6) wax it/buff it out so it can blend in with the rest of the bumper


Now...the above steps are oversimplified and are much harder than I envision. Could anyone give me any hints/ideas/products I should use? Anything at all that would be helpful?

I am not expecting to make my bumper look amazing and straight out of factory after all is said and done, but I would be happy with a good job...so it is hard to see from a few feet away. I just want the scratches gone so light isn't bent there. Then some touch up paint with a nice clear code and a good polishing job...hopefully will get me looking better than it is now.

Please tell me if I'm crazy for even thinking about doing this. I'm fairly handy with tools as I've been working on cars and truck my entire life, so I know what I'm doing (sort of).

Appreciate all the help, fellas. Thank you!!


----------



## chibmw (May 9, 2012)

I should point out that one shop also offered to fix the whole thing by masking off the sensors and sanding down the surrounding area and then blending it all in with the rest of the bumper. The guy said he can't guarantee the work because the paint might start peeling away because he can't cover the whole bumper and paint won't stick well to where the parking sensors are. He wants $200 for this. That isn't hard to swallow and I thought about doing this...but the whole paint might start peeling away thing is scaring me.

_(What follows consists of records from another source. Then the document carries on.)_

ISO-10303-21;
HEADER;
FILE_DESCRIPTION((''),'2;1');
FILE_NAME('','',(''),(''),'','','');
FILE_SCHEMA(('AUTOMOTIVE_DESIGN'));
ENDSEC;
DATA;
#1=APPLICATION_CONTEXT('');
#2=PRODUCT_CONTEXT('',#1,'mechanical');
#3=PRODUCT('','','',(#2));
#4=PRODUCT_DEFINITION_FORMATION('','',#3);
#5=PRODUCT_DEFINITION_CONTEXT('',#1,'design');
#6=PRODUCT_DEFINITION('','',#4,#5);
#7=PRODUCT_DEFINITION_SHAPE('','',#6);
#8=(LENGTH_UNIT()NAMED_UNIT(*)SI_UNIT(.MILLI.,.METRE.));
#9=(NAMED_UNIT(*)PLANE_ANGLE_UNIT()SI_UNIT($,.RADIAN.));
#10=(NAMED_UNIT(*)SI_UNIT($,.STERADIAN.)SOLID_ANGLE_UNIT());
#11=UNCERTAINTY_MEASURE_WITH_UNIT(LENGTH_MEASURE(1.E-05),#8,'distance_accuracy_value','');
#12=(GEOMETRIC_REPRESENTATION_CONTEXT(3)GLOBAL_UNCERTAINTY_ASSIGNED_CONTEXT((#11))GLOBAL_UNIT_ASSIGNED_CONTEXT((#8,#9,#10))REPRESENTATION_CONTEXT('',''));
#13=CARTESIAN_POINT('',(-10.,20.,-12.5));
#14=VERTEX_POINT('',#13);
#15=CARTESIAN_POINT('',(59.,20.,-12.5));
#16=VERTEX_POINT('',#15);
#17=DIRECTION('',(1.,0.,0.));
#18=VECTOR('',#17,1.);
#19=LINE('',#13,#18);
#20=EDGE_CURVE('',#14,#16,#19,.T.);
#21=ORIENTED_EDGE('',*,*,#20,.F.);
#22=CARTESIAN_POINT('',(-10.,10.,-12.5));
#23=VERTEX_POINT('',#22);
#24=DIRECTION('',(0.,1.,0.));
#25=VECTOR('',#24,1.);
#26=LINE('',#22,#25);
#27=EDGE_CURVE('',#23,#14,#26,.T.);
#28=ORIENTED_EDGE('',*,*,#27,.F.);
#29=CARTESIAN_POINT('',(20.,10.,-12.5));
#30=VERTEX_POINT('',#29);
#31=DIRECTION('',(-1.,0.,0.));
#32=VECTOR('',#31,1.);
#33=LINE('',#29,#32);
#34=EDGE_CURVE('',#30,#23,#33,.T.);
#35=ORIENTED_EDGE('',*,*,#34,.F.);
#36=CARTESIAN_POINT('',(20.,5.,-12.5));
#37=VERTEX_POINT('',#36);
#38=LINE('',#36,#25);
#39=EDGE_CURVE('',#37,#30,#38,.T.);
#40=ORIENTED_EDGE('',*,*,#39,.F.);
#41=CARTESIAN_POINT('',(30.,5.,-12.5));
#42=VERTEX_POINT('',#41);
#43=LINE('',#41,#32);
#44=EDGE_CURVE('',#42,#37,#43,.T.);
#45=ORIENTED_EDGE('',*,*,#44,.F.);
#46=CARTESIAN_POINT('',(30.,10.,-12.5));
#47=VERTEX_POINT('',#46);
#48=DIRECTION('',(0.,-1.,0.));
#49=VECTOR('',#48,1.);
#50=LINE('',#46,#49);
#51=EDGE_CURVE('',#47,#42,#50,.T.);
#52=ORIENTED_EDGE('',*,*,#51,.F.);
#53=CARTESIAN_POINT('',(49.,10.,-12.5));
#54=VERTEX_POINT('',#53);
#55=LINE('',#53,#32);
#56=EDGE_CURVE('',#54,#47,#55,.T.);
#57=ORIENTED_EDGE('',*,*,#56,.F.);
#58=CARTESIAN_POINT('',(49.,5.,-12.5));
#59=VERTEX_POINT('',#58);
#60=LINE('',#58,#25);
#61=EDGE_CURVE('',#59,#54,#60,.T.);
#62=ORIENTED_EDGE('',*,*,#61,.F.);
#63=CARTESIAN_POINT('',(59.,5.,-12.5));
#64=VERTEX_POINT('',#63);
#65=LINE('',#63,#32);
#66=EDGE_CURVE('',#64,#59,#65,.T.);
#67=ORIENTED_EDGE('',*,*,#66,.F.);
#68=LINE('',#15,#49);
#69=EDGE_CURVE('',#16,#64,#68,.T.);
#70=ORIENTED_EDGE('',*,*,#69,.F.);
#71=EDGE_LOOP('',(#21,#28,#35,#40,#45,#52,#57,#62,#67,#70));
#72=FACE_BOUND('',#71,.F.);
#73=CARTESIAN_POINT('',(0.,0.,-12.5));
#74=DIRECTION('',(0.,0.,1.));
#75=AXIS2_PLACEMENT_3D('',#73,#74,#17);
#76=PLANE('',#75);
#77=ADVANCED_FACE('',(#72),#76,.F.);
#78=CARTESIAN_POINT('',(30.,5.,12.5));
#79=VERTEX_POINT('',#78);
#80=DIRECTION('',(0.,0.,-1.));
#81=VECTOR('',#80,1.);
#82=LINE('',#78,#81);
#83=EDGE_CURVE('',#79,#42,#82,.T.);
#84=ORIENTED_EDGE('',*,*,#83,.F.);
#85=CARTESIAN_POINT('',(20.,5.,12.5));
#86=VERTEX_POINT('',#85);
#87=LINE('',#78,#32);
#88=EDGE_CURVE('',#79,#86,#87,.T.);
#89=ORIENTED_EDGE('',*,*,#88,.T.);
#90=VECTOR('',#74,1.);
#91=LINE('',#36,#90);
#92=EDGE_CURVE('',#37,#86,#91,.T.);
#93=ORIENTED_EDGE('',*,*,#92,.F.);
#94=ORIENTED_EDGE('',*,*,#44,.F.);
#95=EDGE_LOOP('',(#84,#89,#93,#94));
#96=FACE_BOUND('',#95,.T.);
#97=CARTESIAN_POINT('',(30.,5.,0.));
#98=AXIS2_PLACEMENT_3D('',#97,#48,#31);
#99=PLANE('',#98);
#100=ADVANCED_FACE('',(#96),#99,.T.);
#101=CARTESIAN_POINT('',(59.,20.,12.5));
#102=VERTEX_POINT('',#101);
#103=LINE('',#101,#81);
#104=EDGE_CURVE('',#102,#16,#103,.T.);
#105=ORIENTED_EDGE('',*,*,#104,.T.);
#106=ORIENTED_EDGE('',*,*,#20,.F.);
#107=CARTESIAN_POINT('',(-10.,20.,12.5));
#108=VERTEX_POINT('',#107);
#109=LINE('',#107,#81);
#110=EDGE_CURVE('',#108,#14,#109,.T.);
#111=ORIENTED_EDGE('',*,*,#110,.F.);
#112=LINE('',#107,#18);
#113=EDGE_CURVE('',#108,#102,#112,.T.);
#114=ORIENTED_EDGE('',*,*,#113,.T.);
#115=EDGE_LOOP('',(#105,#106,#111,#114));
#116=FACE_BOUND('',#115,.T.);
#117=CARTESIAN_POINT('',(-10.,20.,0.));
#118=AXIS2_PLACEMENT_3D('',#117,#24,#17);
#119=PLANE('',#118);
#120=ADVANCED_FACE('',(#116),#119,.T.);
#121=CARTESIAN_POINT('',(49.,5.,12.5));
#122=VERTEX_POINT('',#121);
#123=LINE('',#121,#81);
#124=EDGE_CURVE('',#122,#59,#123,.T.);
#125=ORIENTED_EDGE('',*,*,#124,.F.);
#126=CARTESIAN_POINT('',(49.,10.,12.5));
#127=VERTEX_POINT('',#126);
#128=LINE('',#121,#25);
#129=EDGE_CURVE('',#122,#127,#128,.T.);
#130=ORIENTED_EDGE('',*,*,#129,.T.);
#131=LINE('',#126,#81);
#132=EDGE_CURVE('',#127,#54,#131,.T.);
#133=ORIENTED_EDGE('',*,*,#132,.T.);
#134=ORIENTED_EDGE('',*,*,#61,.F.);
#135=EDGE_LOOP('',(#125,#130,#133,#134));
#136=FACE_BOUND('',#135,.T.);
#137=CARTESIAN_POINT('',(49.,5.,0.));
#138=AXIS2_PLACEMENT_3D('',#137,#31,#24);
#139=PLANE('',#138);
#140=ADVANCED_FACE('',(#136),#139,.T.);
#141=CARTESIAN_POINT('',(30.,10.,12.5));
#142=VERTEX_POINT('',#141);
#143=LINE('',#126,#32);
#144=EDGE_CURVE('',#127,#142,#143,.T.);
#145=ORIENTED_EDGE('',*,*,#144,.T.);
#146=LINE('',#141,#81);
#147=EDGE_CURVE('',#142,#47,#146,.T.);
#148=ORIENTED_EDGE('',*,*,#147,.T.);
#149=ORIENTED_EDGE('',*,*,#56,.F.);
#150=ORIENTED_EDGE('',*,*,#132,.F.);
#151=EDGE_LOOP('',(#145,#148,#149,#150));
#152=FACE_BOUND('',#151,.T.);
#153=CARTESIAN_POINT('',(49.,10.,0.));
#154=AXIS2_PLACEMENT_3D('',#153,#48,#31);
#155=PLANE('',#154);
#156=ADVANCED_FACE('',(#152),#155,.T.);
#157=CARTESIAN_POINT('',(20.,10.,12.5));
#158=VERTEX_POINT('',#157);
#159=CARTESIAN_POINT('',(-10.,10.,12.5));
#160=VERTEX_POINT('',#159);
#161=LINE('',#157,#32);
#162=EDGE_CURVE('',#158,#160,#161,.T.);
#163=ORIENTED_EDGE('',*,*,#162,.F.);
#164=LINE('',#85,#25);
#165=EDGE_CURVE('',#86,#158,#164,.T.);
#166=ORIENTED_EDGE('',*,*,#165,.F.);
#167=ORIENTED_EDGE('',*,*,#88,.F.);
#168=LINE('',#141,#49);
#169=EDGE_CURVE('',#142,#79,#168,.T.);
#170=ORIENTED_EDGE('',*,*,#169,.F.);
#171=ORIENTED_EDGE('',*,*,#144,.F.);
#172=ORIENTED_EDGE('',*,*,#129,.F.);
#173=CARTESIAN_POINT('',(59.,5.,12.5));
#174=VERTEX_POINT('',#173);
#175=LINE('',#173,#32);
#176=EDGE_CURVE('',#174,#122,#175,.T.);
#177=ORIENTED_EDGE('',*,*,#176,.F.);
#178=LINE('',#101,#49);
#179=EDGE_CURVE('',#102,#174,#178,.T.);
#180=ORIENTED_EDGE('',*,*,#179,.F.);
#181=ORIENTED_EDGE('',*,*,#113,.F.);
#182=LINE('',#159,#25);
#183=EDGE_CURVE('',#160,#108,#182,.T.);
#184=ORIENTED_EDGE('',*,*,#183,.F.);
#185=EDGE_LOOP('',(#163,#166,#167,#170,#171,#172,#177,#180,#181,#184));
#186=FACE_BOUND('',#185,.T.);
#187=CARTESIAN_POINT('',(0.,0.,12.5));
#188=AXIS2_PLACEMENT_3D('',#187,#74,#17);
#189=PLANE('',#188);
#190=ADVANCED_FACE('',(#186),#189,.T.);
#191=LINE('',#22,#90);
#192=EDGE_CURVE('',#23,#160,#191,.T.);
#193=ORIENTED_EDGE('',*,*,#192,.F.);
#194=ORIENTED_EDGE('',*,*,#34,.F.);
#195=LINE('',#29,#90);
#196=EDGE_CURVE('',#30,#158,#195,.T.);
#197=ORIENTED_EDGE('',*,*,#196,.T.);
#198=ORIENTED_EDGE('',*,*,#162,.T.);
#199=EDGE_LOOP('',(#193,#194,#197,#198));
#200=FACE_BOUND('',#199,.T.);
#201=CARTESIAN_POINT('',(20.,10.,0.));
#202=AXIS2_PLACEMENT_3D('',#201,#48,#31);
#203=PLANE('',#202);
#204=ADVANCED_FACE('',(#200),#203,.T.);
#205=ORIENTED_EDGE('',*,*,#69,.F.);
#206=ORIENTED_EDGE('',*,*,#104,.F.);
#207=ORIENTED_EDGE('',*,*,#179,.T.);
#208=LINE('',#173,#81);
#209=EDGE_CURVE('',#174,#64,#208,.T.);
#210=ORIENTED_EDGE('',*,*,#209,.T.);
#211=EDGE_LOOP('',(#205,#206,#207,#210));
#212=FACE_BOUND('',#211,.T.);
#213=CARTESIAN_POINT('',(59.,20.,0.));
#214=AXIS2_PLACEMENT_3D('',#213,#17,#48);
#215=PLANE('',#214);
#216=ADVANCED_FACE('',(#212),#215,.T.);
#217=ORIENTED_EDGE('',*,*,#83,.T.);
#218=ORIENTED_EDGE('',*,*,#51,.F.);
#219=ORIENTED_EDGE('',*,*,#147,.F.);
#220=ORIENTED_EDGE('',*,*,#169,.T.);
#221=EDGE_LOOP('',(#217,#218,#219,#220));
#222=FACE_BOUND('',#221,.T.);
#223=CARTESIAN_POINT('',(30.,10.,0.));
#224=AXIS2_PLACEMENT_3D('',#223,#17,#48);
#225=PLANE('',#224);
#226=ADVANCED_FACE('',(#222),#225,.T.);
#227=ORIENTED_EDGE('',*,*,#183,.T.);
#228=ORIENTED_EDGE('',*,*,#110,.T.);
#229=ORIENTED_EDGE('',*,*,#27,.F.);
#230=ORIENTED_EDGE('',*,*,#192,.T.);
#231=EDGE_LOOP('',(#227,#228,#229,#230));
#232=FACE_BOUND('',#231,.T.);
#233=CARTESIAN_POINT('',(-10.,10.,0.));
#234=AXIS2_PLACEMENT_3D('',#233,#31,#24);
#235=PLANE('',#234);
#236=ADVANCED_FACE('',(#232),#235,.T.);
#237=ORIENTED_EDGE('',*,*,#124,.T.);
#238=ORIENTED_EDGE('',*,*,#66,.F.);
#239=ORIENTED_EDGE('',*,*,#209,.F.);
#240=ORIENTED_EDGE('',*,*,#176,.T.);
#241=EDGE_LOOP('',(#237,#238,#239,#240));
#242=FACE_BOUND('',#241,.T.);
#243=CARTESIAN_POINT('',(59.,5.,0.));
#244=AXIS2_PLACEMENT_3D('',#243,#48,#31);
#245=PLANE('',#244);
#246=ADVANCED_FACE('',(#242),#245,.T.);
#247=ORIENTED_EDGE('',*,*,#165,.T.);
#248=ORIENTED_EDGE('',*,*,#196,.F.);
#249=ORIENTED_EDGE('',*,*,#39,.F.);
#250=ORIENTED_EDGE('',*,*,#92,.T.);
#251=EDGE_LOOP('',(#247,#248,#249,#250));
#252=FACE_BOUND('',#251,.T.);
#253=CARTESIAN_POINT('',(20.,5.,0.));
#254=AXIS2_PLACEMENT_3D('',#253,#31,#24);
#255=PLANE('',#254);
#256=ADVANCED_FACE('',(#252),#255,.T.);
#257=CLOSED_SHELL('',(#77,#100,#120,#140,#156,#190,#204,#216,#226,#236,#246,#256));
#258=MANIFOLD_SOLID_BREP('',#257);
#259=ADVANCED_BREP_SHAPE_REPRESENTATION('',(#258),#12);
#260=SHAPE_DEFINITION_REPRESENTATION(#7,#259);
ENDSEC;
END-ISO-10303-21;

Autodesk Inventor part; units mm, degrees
ref_plane "YZ Plane" through (0, 0, 0) normal (1, 0, 0) x (0, 1, 0)
ref_plane "XZ Plane" through (0, 0, 0) normal (0, 1, 0) x (-1, 0, 0)
ref_plane "XY Plane" through (0, 0, 0) normal (0, 0, 1) x (1, 0, 0)
sketch "Sketch1" plane through (0, 0, 0) normal (0, 0, 1) x (1, 0, 0)
  line L0 (-10, 10) -> (-10, 20)
  line L1 (-10, 20) -> (59, 20)
  line L2 (59, 20) -> (59, 5)
  line L3 (59, 5) -> (49, 5)
  line L4 (49, 5) -> (49, 10)
  line L5 (49, 10) -> (30, 10)
  line L6 (30, 10) -> (30, 5)
  line L7 (30, 5) -> (20, 5)
  line L8 (20, 5) -> (20, 10)
  line L9 (20, 10) -> (-10, 10)
  point P0 (0, 0)
  point P1 (0, 0)
  dimension "d0" = 19
  dimension "d1" = 10
  dimension "d2" = 10
  dimension "d3" = 30
  dimension "d4" = 10
  dimension "d5" = 5
  dimension "d6" = 59
  dimension "d7" = 10
  dimension "d8" = 10
  dimension "d9" = 59
extrude "Extrusion1" add sketch "Sketch1" along normal mid plane 25
properties part number "Load cell holder 3D print"
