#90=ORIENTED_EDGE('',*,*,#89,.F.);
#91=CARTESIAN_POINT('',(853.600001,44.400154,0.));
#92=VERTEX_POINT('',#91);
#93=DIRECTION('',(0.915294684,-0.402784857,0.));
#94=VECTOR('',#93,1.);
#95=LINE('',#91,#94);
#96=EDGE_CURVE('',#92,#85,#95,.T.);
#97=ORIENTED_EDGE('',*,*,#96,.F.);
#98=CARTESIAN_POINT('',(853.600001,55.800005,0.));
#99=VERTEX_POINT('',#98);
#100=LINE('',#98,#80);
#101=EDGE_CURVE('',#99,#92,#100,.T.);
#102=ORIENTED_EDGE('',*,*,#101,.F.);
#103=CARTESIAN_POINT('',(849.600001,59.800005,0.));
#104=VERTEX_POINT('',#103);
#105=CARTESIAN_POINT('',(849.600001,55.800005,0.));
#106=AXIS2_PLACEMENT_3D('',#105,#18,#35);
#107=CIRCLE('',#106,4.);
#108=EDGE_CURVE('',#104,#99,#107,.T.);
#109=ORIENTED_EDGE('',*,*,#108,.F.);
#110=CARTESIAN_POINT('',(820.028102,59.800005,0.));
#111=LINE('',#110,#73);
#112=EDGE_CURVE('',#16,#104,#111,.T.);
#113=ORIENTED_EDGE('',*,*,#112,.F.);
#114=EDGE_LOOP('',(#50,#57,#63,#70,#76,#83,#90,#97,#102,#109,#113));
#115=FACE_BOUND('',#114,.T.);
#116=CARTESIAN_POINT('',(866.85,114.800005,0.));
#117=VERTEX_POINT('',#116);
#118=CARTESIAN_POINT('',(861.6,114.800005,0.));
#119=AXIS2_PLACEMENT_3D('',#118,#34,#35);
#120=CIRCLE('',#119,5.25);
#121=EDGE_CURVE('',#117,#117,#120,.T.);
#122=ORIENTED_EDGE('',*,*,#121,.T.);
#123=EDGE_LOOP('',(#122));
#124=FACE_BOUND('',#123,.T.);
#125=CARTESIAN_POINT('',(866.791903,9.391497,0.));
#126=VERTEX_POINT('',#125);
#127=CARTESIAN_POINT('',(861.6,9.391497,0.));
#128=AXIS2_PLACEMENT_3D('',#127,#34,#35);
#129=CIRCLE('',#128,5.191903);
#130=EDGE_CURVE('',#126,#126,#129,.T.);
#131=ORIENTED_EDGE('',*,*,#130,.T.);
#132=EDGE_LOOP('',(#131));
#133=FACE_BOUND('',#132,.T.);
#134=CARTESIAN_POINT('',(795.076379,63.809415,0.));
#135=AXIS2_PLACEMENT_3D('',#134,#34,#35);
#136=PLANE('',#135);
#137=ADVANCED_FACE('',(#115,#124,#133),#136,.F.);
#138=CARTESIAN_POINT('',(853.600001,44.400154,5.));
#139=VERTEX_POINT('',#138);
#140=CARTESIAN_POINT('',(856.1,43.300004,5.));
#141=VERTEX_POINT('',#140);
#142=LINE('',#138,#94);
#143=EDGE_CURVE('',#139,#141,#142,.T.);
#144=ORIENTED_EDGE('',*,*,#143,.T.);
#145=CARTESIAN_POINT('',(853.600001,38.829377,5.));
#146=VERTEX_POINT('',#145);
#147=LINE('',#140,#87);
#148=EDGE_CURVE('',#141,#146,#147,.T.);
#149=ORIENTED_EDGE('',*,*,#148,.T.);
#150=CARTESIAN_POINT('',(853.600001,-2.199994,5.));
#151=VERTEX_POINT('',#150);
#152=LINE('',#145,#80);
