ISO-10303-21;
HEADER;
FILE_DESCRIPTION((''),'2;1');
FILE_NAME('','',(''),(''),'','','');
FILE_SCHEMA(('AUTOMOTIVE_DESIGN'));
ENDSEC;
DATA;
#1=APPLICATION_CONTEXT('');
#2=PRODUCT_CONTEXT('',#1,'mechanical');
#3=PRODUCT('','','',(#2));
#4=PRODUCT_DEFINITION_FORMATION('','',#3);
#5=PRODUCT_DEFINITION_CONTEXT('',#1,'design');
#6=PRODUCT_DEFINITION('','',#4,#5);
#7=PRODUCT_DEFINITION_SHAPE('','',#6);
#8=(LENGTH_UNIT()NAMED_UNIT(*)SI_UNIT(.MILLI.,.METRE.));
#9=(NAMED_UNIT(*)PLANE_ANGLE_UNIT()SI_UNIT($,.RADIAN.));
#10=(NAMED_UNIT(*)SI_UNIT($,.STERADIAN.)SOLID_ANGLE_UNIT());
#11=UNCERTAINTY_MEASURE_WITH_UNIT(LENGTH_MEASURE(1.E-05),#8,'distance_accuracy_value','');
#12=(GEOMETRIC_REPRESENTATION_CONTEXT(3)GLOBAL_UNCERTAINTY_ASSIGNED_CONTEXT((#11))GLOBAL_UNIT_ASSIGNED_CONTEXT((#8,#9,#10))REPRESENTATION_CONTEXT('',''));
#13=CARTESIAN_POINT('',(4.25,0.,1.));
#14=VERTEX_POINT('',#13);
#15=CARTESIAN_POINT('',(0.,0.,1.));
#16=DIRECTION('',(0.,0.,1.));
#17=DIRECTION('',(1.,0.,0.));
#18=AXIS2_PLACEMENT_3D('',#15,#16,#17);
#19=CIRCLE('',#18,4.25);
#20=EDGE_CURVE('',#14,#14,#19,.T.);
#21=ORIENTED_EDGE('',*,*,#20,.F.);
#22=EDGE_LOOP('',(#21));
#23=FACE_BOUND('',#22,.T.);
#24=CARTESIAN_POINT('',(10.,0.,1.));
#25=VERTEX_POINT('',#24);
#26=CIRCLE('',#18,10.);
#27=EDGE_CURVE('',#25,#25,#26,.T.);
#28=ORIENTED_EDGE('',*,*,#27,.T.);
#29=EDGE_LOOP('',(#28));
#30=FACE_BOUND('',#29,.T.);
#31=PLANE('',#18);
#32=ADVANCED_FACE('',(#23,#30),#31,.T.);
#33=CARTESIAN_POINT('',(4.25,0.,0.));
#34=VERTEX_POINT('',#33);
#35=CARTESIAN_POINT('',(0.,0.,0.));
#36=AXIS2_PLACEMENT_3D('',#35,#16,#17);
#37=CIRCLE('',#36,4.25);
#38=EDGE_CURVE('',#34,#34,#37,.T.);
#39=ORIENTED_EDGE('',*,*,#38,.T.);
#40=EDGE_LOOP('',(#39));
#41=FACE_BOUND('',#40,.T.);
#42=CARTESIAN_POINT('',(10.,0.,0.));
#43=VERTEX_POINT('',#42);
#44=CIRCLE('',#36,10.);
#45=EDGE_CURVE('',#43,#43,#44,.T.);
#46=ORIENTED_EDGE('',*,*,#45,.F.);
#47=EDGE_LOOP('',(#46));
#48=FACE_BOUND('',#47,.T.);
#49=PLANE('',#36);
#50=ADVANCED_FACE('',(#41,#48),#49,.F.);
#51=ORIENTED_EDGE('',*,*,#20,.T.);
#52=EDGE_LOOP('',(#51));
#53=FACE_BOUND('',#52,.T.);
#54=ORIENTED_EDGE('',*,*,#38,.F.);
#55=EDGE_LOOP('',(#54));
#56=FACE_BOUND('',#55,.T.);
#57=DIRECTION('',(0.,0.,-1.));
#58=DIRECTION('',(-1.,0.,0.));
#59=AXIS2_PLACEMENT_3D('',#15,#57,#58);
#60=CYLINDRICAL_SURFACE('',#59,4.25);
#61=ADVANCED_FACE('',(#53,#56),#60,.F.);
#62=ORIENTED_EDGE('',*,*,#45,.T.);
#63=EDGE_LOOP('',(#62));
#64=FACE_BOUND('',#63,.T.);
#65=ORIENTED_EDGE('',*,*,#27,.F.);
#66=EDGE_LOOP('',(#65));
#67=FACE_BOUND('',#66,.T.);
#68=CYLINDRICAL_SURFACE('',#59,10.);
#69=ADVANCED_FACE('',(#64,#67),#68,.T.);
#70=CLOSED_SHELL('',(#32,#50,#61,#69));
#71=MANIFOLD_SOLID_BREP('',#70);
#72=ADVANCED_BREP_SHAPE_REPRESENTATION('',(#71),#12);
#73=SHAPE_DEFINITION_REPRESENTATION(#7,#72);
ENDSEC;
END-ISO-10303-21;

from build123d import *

# Parameters (mm, degrees)
SKETCH_1_R      = 10
SKETCH_1_R_2    = 4.25
EXTRUDE_1_DEPTH = 1


with BuildPart() as part:
    # Эскиз1 → Бобышка-Вытянуть1 (new body)
    with BuildSketch(Plane.XY):
        Circle(SKETCH_1_R)
        Circle(SKETCH_1_R_2, mode=Mode.SUBTRACT)
    extrude(amount=EXTRUDE_1_DEPTH)


solid = part.part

Can I do this and get a desirable result myself? Or should I not even attempt it? That essentially sums it all up 

And I do see that there is a STICKY post here about deep scratches...however, the pictures from the original post seem to be gone...I'd love to see the damage and then the results this person got so if anyone has the pictures, I'd greatly appreciate that!


----------



## [email protected] (Jun 28, 2012)

I can understand DIY on an old beater, but doing it on a new car? 

Sorry, just pay the pros to do it properly.


----------



## the-pm (Sep 27, 2011)

You are crazy, I am not quite sure why you think an amateur (no offence) bodge will be better than a professional doing a bodge!

If you want to bodge it then fill in the scratches with some touch up paint, it will cost next to nothing, it will not look great but might be ok on a black car. Worst case you can take it to the shop and let them do it properly.

The other alternative would be to get a SMART repairer to come to your home. If you find a good one they are ex-paint shop people and use the same techniques as a paint shop, the guarantee their work so if it starts to peel they will come back and sort it out. It will only peel if they do not prep it correctly or they fill the gap between the bumper and the parking sensor but a sharp implement around the parking sensor will sort that. I have used SMAT repairer before for minor issues and they have been great.


----------



## chibmw (May 9, 2012)

Thanks for responses, guys. I am not saying/thinking my bodge will be better than that of a professional. I just want to try this out to see how good I can get it, and if I mess up...I'll just take my car to the shop and have them do it.

And they want to sand down half the bumper, no matter how they decide to approach this....and I'm hoping I can get away with sanding down just the part around the scratches.

I really can't see how bad I can mess this up, given it's a black car and given I get the same paint and use a professional gun to paint it and then coat it and buff it out to blend it in with the rest of the bumper. It has to look better than it does now.


----------



## chibmw (May 9, 2012)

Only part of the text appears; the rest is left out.